Give the number of lines in the following entries that contain the word "across", with nothing added.

Segment Start: Extracted material

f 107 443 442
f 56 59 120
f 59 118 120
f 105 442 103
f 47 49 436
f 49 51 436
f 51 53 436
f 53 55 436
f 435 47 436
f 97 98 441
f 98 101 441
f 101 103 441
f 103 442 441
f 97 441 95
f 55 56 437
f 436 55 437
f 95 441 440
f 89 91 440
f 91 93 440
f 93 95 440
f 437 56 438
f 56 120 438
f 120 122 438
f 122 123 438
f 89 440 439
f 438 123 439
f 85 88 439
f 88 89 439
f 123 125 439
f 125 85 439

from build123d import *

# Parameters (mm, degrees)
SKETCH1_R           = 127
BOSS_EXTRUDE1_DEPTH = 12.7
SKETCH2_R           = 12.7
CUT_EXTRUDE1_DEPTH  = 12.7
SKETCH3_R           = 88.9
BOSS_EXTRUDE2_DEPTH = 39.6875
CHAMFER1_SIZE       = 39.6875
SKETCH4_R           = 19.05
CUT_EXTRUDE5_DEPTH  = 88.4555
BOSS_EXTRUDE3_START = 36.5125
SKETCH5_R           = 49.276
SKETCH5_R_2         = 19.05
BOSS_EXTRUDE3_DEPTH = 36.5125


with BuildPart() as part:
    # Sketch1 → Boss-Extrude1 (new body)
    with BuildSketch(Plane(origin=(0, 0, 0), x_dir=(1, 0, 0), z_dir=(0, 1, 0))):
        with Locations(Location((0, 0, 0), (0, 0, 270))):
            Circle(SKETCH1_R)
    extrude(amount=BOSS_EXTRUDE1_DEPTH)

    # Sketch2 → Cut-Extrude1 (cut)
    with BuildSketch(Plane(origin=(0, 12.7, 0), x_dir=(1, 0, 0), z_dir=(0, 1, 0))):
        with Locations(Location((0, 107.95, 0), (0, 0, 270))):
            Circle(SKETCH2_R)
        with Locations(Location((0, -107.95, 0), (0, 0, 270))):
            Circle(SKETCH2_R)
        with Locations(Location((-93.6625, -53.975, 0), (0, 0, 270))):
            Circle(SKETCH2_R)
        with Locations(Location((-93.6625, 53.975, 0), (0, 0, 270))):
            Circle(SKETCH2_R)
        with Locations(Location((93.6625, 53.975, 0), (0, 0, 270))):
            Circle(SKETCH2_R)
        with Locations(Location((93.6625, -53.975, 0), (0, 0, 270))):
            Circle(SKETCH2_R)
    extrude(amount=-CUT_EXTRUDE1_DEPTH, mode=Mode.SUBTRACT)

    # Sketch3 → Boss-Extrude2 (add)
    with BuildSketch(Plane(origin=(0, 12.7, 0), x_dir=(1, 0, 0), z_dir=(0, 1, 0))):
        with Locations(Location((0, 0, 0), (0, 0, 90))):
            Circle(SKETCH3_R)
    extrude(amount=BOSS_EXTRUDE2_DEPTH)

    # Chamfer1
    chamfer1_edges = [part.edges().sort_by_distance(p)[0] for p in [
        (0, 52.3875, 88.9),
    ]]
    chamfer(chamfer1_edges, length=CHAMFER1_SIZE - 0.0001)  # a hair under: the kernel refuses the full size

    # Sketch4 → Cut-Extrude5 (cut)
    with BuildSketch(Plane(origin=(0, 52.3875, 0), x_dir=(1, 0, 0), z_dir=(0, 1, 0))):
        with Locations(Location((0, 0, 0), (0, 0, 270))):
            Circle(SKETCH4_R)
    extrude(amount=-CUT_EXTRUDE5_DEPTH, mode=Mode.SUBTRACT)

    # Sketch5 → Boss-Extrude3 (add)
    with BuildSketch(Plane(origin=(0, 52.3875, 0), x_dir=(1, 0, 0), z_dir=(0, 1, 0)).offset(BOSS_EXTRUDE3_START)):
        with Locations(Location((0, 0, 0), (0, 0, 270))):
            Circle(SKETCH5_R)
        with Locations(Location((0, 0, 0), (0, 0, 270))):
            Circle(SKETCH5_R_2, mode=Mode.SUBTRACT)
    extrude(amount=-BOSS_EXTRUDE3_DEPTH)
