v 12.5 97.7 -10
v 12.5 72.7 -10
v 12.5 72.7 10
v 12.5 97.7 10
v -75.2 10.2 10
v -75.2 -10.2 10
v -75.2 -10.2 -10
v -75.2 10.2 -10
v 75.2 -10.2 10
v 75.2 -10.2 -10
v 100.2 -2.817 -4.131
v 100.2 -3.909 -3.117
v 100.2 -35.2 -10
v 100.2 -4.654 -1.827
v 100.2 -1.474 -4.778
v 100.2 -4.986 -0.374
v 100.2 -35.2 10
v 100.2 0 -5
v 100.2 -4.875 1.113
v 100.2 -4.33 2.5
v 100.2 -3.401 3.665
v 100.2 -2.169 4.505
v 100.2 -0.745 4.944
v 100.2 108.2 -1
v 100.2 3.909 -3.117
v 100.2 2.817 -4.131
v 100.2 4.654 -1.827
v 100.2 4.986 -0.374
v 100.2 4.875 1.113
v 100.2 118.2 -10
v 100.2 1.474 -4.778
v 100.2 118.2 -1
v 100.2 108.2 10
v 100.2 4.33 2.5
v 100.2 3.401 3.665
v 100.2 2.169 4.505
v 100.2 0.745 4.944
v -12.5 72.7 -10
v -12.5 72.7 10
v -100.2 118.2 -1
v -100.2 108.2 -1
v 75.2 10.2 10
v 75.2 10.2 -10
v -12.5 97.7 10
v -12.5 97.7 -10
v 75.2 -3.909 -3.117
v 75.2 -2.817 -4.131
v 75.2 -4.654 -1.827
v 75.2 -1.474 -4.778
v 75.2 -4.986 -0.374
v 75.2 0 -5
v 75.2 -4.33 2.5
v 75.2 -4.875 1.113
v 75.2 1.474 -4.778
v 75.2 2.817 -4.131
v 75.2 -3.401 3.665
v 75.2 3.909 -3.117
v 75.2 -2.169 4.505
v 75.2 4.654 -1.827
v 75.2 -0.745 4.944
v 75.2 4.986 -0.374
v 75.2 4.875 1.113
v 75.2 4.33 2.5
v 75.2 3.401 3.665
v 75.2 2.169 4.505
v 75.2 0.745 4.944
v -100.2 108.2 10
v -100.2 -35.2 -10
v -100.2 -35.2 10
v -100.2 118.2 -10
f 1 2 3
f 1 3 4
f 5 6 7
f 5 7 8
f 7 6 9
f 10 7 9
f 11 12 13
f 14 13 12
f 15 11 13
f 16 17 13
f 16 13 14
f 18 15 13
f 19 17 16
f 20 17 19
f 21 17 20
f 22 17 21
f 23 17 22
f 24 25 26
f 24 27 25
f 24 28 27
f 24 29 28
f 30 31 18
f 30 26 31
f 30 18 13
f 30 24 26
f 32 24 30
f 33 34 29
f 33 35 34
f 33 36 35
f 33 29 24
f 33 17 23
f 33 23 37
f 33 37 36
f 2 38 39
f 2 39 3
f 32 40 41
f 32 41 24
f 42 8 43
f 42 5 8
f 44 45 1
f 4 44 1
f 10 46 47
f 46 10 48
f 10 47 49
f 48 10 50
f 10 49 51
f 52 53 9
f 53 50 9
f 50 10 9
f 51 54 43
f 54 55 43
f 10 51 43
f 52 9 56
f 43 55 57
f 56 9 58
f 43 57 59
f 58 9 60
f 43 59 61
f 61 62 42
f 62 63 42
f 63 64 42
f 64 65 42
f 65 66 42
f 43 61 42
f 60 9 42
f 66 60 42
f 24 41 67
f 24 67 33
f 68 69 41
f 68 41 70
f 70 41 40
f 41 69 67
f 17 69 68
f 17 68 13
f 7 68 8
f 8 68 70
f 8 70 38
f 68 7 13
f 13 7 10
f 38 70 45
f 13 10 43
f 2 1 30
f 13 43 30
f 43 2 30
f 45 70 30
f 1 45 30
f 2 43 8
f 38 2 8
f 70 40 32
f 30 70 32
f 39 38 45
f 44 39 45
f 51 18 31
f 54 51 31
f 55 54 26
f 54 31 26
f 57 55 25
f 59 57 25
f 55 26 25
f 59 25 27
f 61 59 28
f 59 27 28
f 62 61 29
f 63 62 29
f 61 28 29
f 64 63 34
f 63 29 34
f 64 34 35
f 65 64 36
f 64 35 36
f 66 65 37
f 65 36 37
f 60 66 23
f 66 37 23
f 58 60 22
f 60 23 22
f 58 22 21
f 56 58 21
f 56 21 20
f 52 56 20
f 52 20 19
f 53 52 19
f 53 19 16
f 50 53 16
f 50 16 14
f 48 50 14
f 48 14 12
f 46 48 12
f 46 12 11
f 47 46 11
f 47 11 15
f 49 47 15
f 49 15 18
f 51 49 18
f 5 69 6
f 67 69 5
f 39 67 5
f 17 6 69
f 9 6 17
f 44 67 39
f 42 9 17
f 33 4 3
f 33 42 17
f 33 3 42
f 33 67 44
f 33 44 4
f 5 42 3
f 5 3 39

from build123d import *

# Parameters (mm, degrees)
SKETCH2_W               = 200.4
SKETCH2_H               = 153.4
SKETCH2_W_2             = 150.4
SKETCH2_H_2             = 20.4
BOSS_EXTRUDE1_DEPTH     = 10
CUT_EXTRUDE1_REACH      = 234.876
SKETCH4_R               = 5
CUT_EXTRUDE2_DEPTH      = 157.241095746
CUT_EXTRUDE2_DEPTH_BACK = 157.241095746
SKETCH7_W               = 25
SKETCH7_H               = 25
SKETCH8_W               = 200.4
SKETCH8_H               = 11
CUT_EXTRUDE3_DEPTH      = 10


with BuildPart() as part:
    # Sketch2 → Boss-Extrude1 (new, symmetric)
    with BuildSketch(Plane.XY):
        with Locations((0, 41.5)):
            Rectangle(SKETCH2_W, SKETCH2_H)
        Rectangle(SKETCH2_W_2, SKETCH2_H_2, mode=Mode.SUBTRACT)
    extrude(amount=BOSS_EXTRUDE1_DEPTH, both=True)

    # Sketch4 → Cut-Extrude1 (cut, up to next)
    with BuildSketch(Plane(origin=(100.2, 0, 0), x_dir=(0, 0, -1), z_dir=(1, 0, 0)), mode=Mode.PRIVATE) as cut_extrude1_sk1:
        Circle(SKETCH4_R)
    cut_extrude1_tool1 = extrude(cut_extrude1_sk1.sketch, amount=-CUT_EXTRUDE1_REACH, mode=Mode.PRIVATE) & part.part
    add(cut_extrude1_tool1.solids().sort_by_distance((100.2, 0, 0))[0], mode=Mode.SUBTRACT)

    # Sketch7 → Cut-Extrude2 (cut, two sides: drawn at the far end of the back side and taken through both)
    with BuildSketch(Plane.XY.offset(10).offset(-CUT_EXTRUDE2_DEPTH_BACK)):
        with Locations((0, 85.2)):
            Rectangle(SKETCH7_W, SKETCH7_H)
    extrude(amount=CUT_EXTRUDE2_DEPTH + CUT_EXTRUDE2_DEPTH_BACK, mode=Mode.SUBTRACT)

    # Sketch8 → Cut-Extrude3 (cut)
    with BuildSketch(Plane(origin=(0, 118.2, 0), x_dir=(1, 0, 0), z_dir=(0, 1, 0))):
        with Locations((0, -4.5)):
            Rectangle(SKETCH8_W, SKETCH8_H)
    extrude(amount=-CUT_EXTRUDE3_DEPTH, mode=Mode.SUBTRACT)


solid = part.part
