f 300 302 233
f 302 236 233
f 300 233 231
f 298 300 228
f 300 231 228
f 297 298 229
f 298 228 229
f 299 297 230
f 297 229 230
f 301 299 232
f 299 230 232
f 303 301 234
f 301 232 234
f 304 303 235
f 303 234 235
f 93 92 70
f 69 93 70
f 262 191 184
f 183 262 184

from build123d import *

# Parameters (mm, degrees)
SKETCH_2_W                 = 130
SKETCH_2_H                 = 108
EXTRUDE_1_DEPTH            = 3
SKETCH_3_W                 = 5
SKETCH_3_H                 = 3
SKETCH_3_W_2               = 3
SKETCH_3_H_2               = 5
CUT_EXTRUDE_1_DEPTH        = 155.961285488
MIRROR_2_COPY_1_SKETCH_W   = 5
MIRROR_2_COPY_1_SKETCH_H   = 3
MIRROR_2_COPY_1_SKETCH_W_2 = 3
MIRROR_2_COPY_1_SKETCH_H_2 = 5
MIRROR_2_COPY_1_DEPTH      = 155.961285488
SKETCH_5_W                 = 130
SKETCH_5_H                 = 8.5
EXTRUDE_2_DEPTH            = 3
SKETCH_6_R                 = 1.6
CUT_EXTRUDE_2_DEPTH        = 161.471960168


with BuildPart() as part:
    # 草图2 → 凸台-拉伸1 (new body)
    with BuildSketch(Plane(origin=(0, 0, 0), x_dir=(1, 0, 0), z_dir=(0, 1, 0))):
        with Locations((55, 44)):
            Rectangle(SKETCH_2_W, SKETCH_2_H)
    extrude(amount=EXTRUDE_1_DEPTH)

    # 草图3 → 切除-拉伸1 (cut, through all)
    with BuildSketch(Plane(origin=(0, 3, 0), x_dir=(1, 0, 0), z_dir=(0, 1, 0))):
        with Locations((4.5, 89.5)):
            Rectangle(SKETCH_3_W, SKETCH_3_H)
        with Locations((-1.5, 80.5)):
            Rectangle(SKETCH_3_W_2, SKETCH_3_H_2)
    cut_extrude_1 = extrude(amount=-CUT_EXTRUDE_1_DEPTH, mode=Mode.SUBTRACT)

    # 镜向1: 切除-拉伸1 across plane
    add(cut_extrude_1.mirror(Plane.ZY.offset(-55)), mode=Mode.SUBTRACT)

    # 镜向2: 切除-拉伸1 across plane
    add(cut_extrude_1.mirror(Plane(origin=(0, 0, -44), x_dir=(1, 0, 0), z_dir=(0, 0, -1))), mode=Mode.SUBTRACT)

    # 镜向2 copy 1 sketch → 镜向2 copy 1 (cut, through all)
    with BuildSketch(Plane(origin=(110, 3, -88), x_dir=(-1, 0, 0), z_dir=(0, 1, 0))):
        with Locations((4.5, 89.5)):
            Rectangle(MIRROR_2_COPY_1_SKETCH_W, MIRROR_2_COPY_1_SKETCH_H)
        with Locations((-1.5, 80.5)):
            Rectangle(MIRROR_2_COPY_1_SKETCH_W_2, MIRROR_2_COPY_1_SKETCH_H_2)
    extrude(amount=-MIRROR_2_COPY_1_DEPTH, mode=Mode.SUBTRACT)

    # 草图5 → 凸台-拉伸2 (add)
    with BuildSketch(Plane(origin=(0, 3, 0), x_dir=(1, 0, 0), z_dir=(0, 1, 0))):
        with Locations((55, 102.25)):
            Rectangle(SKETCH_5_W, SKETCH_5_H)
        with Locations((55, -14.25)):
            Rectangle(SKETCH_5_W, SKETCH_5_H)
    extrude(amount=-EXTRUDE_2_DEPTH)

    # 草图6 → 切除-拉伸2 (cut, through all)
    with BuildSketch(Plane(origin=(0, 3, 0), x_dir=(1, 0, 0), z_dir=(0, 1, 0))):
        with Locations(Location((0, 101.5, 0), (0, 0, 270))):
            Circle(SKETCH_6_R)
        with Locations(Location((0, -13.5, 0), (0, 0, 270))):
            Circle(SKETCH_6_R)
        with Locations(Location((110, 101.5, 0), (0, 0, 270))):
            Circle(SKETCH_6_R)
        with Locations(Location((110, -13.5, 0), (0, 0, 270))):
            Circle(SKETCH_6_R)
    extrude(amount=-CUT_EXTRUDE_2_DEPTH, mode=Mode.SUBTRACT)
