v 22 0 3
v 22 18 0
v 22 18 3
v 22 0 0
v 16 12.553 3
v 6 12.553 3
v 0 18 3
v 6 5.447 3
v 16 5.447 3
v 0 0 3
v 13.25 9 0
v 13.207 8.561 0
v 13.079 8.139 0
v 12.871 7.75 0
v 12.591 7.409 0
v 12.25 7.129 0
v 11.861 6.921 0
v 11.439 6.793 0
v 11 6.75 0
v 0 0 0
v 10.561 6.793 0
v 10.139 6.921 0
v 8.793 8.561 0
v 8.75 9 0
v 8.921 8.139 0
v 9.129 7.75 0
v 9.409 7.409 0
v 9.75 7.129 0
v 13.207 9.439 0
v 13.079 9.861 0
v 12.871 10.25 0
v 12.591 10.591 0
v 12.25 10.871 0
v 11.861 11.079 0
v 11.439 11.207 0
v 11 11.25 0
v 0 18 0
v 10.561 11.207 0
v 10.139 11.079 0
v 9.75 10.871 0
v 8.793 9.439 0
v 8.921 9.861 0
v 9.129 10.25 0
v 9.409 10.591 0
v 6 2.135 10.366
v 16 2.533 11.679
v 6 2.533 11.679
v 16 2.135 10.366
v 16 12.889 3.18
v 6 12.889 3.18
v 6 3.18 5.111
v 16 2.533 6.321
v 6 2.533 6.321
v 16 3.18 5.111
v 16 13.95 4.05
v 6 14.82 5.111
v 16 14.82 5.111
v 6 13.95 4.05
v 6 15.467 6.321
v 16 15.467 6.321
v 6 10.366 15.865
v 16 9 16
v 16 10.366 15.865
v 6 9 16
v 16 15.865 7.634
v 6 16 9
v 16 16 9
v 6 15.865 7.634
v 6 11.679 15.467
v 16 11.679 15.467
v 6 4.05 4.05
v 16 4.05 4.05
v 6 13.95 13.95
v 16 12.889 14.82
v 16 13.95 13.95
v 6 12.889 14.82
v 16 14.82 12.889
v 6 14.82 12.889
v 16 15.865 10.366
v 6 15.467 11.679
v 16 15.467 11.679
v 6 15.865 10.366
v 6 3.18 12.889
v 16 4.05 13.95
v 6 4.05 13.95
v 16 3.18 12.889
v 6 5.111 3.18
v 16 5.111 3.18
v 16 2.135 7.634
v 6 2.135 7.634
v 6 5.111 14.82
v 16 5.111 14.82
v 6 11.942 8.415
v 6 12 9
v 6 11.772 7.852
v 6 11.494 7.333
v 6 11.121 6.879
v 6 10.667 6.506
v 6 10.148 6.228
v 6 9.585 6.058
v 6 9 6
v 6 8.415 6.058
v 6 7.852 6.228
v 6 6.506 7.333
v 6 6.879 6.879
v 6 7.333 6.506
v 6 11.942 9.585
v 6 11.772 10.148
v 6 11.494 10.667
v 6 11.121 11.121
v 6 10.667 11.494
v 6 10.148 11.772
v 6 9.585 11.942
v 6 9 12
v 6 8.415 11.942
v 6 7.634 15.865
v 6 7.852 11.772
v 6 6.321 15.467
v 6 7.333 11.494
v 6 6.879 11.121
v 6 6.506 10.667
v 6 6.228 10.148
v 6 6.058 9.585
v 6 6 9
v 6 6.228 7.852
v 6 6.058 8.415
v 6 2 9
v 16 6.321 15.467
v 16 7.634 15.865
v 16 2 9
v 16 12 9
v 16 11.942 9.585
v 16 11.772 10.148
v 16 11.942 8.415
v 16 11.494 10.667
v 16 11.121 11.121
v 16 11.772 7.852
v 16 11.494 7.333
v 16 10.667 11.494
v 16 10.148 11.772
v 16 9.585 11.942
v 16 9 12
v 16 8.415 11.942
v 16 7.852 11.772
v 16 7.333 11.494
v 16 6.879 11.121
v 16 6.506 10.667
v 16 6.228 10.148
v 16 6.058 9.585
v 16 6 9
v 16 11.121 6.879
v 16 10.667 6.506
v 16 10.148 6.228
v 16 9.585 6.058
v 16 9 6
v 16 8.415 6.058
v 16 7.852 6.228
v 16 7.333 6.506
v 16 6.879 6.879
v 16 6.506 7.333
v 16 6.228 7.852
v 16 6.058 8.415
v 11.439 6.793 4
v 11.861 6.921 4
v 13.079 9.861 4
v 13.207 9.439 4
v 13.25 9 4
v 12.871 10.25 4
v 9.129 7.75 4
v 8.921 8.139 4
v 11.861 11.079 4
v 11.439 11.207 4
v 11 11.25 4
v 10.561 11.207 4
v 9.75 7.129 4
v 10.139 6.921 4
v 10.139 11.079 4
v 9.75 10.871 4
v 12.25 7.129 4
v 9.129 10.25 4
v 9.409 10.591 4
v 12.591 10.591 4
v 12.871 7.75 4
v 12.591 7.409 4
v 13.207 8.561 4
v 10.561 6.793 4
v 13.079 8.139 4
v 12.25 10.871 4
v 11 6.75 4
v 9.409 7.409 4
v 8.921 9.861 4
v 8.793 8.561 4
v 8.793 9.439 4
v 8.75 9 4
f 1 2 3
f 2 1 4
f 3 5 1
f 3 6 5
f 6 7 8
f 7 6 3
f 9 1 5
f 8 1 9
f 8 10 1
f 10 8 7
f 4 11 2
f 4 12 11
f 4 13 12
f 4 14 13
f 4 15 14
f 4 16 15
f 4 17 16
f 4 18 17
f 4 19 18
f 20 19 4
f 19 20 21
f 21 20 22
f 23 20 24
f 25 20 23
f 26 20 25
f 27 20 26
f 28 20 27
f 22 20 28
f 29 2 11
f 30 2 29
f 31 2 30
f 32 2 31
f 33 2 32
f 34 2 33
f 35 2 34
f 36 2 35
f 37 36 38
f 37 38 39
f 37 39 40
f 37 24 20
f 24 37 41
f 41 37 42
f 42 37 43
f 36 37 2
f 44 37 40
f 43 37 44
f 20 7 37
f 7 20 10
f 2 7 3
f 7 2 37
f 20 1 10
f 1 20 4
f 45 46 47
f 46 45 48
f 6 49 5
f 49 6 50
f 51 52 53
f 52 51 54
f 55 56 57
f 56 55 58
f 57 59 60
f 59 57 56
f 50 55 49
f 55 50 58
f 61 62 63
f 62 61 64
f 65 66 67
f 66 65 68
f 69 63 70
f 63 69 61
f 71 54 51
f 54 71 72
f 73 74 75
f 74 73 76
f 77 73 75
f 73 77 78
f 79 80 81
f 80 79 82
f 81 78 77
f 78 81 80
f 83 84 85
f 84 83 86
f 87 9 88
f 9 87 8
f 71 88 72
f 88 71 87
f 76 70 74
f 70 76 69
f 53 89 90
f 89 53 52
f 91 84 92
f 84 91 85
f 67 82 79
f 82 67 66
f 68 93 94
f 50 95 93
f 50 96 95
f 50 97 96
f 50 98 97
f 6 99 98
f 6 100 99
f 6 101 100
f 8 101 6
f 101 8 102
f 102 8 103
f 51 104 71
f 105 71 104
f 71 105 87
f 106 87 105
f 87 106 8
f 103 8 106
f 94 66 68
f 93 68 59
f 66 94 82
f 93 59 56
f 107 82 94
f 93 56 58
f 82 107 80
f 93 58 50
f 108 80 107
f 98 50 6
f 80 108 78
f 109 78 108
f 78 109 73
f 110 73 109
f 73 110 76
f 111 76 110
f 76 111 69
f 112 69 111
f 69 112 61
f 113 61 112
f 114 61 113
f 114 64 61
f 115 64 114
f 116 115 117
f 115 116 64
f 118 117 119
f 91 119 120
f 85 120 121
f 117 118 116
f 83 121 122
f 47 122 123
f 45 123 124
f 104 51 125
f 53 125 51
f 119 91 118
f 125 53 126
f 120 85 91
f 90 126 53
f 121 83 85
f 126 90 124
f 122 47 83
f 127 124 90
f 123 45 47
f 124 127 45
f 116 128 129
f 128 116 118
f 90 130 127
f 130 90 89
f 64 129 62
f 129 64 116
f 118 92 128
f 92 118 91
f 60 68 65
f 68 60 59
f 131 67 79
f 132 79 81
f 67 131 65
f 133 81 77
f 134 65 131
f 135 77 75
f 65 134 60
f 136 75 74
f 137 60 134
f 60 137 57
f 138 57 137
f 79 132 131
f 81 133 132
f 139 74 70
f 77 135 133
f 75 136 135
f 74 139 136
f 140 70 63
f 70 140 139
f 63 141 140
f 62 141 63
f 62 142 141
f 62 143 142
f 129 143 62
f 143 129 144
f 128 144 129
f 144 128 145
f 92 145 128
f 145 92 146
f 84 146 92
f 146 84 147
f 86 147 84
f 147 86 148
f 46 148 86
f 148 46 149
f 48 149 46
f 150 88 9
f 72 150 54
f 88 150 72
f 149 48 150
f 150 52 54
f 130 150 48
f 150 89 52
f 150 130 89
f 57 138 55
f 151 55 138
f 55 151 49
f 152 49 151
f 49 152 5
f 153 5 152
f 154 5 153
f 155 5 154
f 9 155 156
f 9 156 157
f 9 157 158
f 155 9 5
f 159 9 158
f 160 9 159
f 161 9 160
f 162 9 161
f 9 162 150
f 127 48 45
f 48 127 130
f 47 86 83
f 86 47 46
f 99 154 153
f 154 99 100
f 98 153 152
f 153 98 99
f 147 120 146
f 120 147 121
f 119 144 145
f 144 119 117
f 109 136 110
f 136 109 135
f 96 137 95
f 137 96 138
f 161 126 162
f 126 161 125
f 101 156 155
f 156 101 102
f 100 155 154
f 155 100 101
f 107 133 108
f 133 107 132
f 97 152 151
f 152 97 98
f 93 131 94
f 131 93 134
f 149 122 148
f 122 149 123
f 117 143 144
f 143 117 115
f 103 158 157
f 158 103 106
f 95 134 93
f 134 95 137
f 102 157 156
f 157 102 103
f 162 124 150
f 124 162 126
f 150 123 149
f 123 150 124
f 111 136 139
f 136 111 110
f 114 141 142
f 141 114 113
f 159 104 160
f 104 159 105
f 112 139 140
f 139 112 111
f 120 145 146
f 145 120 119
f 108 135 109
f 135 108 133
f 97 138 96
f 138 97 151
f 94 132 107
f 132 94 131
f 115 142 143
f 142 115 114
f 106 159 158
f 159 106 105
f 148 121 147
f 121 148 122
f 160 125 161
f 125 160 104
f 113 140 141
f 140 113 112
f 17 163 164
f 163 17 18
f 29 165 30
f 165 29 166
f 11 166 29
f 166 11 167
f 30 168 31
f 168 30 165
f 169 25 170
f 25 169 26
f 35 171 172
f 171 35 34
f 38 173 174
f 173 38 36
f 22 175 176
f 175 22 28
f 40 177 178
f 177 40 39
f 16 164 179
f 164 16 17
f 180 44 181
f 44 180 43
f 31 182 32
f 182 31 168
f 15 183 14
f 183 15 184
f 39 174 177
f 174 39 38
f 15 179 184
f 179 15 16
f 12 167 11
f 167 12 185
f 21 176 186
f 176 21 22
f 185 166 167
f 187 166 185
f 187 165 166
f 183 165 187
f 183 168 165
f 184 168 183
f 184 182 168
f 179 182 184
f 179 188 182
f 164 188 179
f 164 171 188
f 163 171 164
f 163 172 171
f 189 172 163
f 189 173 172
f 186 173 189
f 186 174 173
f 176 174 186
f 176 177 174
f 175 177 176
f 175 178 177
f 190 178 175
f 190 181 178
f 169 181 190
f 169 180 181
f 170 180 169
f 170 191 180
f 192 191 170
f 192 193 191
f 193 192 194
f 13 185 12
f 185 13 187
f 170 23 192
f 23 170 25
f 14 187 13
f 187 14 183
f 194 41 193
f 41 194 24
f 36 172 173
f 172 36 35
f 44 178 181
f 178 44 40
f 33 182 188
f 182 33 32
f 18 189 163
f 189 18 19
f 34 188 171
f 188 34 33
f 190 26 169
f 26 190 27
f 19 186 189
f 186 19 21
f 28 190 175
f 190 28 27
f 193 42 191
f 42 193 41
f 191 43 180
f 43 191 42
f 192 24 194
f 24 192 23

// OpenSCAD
$fn = 32;

// ----------------------------------------------------------------------
// Cable clip: cable 6 mm, clamp 14 mm, base 22 mm
// ----------------------------------------------------------------------

// --- parameters (mm) ---
base_w = 22;              // base length, X
base_d = 18;              // base width, Y
base_t = 3;               // base thickness
clamp_d = 14;             // clamp outside diameter
wall_t = 4;               // clamp wall
cable_d = 6;              // cable opening
ring_w = 10;              // clamp width along the cable
screw_d = 4.5;            // screw clearance
sink = 1;                 // overlap of the clamp into the base

module base() {
  cube([base_w, base_d, base_t]);
}

module clamp() {
  translate([base_w / 2, base_d / 2, base_t + clamp_d / 2 - sink]) rotate([0, 90, 0])
    cylinder(h = ring_w, d = clamp_d, center = true);
}

difference() {
  union() {
    base();
    clamp();
  }
  translate([base_w / 2, base_d / 2, base_t + clamp_d / 2 - sink]) rotate([0, 90, 0]) translate([0, 0, -ring_w / 2 - 1]) cylinder(h = ring_w + 2, d = cable_d);
  translate([11, base_d / 2, -1]) cylinder(h = base_t + 2, d = screw_d);
}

Segment End: Extracted material

- **Output of the exercise**
2